BEGIN Dataset records
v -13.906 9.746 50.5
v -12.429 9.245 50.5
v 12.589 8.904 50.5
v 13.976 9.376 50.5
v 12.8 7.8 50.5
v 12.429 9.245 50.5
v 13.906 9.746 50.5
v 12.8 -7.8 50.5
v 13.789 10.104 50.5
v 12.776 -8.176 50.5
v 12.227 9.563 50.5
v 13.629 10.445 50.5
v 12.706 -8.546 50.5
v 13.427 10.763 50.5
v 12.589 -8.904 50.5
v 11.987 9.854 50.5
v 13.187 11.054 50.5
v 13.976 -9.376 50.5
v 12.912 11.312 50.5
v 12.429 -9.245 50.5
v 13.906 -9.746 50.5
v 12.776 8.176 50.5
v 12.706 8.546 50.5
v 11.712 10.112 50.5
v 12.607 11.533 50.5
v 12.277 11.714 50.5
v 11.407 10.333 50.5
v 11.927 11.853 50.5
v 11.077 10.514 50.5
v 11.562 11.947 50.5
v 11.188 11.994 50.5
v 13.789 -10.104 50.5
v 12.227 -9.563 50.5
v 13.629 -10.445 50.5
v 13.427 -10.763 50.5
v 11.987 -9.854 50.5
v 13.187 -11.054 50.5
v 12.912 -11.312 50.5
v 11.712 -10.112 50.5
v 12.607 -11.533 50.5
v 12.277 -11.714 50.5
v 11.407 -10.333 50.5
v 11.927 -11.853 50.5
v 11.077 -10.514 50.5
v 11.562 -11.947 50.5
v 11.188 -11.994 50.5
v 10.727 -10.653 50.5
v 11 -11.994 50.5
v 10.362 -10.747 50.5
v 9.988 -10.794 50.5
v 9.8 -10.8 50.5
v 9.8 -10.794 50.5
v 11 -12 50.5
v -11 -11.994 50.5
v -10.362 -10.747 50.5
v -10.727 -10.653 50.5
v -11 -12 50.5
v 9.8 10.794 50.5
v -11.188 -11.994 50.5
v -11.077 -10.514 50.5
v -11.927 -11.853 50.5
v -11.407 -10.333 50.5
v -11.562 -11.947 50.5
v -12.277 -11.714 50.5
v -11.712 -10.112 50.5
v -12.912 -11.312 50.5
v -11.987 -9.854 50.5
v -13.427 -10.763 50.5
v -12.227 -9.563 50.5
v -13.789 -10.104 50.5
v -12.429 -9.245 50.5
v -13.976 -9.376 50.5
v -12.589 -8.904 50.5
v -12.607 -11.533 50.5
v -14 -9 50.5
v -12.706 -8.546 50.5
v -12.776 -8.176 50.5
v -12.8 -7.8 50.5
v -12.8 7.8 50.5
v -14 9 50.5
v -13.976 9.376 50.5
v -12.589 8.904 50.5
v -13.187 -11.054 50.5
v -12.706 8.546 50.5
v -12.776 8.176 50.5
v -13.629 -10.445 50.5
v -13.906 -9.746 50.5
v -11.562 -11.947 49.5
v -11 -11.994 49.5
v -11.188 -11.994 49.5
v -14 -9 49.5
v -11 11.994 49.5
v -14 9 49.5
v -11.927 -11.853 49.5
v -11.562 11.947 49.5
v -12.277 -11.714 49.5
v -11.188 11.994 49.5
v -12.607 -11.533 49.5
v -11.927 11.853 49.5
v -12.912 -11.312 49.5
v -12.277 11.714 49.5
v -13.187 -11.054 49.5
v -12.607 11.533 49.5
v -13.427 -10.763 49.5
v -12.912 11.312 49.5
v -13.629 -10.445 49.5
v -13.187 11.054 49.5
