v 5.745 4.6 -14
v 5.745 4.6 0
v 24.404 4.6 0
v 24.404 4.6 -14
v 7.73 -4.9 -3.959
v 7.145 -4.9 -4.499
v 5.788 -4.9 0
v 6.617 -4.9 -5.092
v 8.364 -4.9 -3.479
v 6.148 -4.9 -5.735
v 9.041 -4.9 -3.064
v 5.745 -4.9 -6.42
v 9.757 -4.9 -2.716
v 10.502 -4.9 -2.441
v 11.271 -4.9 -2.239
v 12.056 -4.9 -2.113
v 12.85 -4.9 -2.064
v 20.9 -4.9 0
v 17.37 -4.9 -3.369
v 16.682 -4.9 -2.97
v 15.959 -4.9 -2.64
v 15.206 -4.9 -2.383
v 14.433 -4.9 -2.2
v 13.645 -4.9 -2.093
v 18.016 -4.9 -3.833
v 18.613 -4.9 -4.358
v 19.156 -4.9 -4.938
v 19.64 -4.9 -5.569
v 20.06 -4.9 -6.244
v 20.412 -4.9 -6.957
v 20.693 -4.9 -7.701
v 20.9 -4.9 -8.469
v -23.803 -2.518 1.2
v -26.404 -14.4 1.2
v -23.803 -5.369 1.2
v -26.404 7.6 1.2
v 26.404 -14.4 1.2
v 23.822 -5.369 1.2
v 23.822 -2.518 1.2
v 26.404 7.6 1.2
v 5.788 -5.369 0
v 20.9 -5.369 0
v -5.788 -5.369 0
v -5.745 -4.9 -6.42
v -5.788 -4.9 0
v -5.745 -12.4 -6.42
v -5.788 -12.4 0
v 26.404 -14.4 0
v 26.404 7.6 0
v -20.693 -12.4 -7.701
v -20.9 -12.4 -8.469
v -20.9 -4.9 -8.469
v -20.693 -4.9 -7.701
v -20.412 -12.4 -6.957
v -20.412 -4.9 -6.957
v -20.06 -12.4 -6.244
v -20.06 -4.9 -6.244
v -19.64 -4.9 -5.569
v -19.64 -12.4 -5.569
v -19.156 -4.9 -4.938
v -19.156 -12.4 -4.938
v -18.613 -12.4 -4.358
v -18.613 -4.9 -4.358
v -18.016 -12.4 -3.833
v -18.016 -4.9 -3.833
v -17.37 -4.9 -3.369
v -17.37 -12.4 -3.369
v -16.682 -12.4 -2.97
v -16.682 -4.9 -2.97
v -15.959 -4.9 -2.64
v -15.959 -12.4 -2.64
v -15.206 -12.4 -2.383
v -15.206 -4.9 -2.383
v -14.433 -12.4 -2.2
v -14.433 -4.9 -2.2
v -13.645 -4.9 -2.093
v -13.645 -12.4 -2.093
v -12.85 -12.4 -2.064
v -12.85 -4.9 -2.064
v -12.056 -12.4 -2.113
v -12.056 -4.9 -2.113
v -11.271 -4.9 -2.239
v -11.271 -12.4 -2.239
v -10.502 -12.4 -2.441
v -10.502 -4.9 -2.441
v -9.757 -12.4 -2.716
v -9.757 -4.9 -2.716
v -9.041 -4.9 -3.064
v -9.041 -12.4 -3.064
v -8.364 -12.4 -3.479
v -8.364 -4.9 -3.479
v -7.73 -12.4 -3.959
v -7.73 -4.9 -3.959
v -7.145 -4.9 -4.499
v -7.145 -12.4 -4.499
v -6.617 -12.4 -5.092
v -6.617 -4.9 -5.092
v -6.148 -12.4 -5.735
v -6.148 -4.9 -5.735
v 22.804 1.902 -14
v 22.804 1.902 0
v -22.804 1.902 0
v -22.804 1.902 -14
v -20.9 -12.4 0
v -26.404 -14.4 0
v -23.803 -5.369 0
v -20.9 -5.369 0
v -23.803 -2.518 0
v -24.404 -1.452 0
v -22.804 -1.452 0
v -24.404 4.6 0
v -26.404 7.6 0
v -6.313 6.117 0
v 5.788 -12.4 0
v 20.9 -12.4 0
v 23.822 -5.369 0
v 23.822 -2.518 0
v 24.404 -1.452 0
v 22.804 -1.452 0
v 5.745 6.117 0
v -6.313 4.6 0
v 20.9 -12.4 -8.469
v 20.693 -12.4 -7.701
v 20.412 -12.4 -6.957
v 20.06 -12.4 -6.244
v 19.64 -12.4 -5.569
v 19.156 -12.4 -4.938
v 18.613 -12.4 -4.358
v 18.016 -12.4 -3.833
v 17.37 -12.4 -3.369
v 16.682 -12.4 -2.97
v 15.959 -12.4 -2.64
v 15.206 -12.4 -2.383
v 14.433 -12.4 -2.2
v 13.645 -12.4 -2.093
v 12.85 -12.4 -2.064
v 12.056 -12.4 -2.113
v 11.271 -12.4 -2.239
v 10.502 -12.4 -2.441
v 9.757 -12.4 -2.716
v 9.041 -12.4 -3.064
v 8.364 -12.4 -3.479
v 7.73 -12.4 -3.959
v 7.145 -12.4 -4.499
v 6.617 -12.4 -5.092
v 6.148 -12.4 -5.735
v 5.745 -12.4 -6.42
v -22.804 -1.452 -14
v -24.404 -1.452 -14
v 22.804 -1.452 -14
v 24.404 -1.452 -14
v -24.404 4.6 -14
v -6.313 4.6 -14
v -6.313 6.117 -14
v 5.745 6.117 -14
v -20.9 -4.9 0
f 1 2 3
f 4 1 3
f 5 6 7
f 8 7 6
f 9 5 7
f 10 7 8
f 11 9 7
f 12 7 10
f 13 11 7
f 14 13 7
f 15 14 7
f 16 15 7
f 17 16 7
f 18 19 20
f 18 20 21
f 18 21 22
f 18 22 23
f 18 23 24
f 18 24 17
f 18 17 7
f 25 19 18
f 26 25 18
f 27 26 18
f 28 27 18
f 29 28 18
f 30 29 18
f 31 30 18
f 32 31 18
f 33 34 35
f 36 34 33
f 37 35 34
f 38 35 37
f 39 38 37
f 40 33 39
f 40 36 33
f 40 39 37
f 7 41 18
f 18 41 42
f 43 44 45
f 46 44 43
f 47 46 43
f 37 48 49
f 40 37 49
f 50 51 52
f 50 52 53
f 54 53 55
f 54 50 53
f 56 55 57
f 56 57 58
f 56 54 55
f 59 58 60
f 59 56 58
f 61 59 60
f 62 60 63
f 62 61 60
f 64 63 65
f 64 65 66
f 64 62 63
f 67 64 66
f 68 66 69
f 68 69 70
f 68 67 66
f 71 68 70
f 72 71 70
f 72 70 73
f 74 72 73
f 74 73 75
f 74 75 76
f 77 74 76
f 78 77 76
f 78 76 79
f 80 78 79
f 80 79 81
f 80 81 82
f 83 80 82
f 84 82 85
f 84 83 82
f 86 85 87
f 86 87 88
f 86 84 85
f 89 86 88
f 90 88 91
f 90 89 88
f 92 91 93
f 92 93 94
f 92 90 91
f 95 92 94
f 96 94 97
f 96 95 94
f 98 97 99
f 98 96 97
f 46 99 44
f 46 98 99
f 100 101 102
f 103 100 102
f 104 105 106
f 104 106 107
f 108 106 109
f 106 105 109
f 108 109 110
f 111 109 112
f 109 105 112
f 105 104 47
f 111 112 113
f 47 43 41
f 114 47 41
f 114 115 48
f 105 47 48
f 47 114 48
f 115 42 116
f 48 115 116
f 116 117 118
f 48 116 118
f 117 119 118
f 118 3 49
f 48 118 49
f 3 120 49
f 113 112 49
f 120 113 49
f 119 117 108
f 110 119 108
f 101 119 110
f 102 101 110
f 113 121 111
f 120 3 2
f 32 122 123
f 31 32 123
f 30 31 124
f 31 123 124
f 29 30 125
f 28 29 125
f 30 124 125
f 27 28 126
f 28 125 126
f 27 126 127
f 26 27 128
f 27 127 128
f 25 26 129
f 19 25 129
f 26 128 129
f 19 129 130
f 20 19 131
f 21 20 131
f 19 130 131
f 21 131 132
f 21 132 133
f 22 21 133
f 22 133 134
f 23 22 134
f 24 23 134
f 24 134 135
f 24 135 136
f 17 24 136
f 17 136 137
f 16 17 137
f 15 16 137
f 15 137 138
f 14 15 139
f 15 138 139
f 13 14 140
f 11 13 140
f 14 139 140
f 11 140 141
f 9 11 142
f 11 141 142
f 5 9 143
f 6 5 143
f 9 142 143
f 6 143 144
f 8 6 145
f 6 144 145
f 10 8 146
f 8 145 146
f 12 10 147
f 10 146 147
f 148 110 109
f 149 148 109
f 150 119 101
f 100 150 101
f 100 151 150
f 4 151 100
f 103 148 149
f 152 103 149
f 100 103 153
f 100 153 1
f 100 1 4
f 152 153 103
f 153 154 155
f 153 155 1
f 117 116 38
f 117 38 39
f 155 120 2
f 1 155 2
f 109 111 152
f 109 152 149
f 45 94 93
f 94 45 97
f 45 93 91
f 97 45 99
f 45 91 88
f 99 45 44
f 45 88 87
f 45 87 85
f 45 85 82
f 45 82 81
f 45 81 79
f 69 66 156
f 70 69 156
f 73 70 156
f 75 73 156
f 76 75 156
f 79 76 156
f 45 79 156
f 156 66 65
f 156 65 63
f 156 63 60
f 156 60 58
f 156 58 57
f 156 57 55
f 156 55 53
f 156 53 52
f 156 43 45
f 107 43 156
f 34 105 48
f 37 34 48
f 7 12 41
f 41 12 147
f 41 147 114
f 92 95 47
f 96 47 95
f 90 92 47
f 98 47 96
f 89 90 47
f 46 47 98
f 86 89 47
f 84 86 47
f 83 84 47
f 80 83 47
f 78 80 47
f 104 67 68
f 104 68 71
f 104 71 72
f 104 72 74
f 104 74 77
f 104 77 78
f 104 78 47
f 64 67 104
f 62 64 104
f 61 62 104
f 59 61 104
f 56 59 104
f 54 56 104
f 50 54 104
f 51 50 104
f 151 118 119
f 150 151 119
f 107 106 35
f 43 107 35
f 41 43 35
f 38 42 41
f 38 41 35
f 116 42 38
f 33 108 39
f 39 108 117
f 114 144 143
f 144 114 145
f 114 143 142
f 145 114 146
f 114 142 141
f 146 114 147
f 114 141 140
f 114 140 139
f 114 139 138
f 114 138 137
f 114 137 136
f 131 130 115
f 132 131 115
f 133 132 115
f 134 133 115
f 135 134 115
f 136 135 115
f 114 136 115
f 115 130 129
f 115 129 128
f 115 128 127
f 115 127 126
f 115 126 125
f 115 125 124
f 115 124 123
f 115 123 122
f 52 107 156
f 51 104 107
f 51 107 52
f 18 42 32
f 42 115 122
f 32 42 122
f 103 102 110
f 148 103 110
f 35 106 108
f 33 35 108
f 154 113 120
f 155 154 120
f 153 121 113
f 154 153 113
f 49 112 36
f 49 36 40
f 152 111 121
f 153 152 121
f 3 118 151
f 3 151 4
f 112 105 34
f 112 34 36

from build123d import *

# Parameters (mm, degrees)
SALIENTE_EXTRUIR1_DEPTH   = 7.5
SALIENTE_EXTRUIR1_2_DEPTH = 7.5
SALIENTE_EXTRUIR2_DEPTH   = 14
CROQUIS4_W                = 52.808095268
CROQUIS4_H                = 22
CROQUIS4_W_2              = 47.625032345
CROQUIS4_H_2              = 2.85152228
SALIENTE_EXTRUIR3_DEPTH   = 1.2


with BuildPart() as part:
    # Croquis2 → Saliente-Extruir1 (new body)
    with BuildSketch(Plane(origin=(0, -12.4, 0), x_dir=(1, 0, 0), z_dir=(0, 1, 0))):
        with BuildLine():
            Line((20.9, 0), (20.9, 8.468551509))
            ThreePointArc((20.9, 8.468551509), (14.039862076, 2.13695997), (5.744958612, 6.420080362))
            Line((5.744958612, 6.420080362), (5.788277469, 0))
            Line((5.788277469, 0), (20.9, 0))
        make_face()
    extrude(amount=SALIENTE_EXTRUIR1_DEPTH)



with BuildPart() as body_2:
    # Croquis2 → Saliente-Extruir1 2 (new body)
    with BuildSketch(Plane(origin=(0, -12.4, 0), x_dir=(1, 0, 0), z_dir=(0, 1, 0))):
        with BuildLine():
            ThreePointArc((-20.9, 8.468551509), (-14.039862076, 2.13695997), (-5.744958612, 6.420080362))
            Line((-5.744958612, 6.420080362), (-5.788277469, 0))
            Line((-5.788277469, 0), (-20.9, 0))
            Line((-20.9, 0), (-20.9, 8.468551509))
        make_face()
    extrude(amount=SALIENTE_EXTRUIR1_2_DEPTH)


with BuildPart() as body_3:
    # Croquis3 → Saliente-Extruir2 (new body)
    with BuildSketch(Plane.XY):
        Polygon((24.404047634, 4.6), (24.404047634, 1.902402318), (24.404047634, -1.452453504), (22.804047634, -1.452453504), (22.804047634, 1.902402318), (-22.804047634, 1.902402318), (-22.804047634, -1.452453504), (-24.404047634, -1.452453504), (-24.404047634, 1.902402318), (-24.404047634, 4.6), (-6.312940469, 4.6), (-6.312940469, 6.117496706), (5.744958612, 6.117496706), (5.744958612, 4.6), align=None)
    extrude(amount=-SALIENTE_EXTRUIR2_DEPTH)


with BuildPart() as part_1:
    add(part.part)

    add(body_2.part)  # Saliente-Extruir3 merges body 2

    add(body_3.part)  # Saliente-Extruir3 merges body 3
    # Croquis4 → Saliente-Extruir3 (add)
    with BuildSketch(Plane.XY):
        with Locations((0, -3.4)):
            Rectangle(CROQUIS4_W, CROQUIS4_H)
        with Locations((0.009244494, -3.943262508)):
            Rectangle(CROQUIS4_W_2, CROQUIS4_H_2, mode=Mode.SUBTRACT)
    extrude(amount=SALIENTE_EXTRUIR3_DEPTH)


solid = part_1.part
END Dataset records
From the data above, reproduce word for word the lines running from the line with "v -14 -9 50.5" to the line with "v -11.562 -11.947 49.5", ends included.

v -14 -9 50.5
v -12.706 -8.546 50.5
v -12.776 -8.176 50.5
v -12.8 -7.8 50.5
v -12.8 7.8 50.5
v -14 9 50.5
v -13.976 9.376 50.5
v -12.589 8.904 50.5
v -13.187 -11.054 50.5
v -12.706 8.546 50.5
v -12.776 8.176 50.5
v -13.629 -10.445 50.5
v -13.906 -9.746 50.5
v -11.562 -11.947 49.5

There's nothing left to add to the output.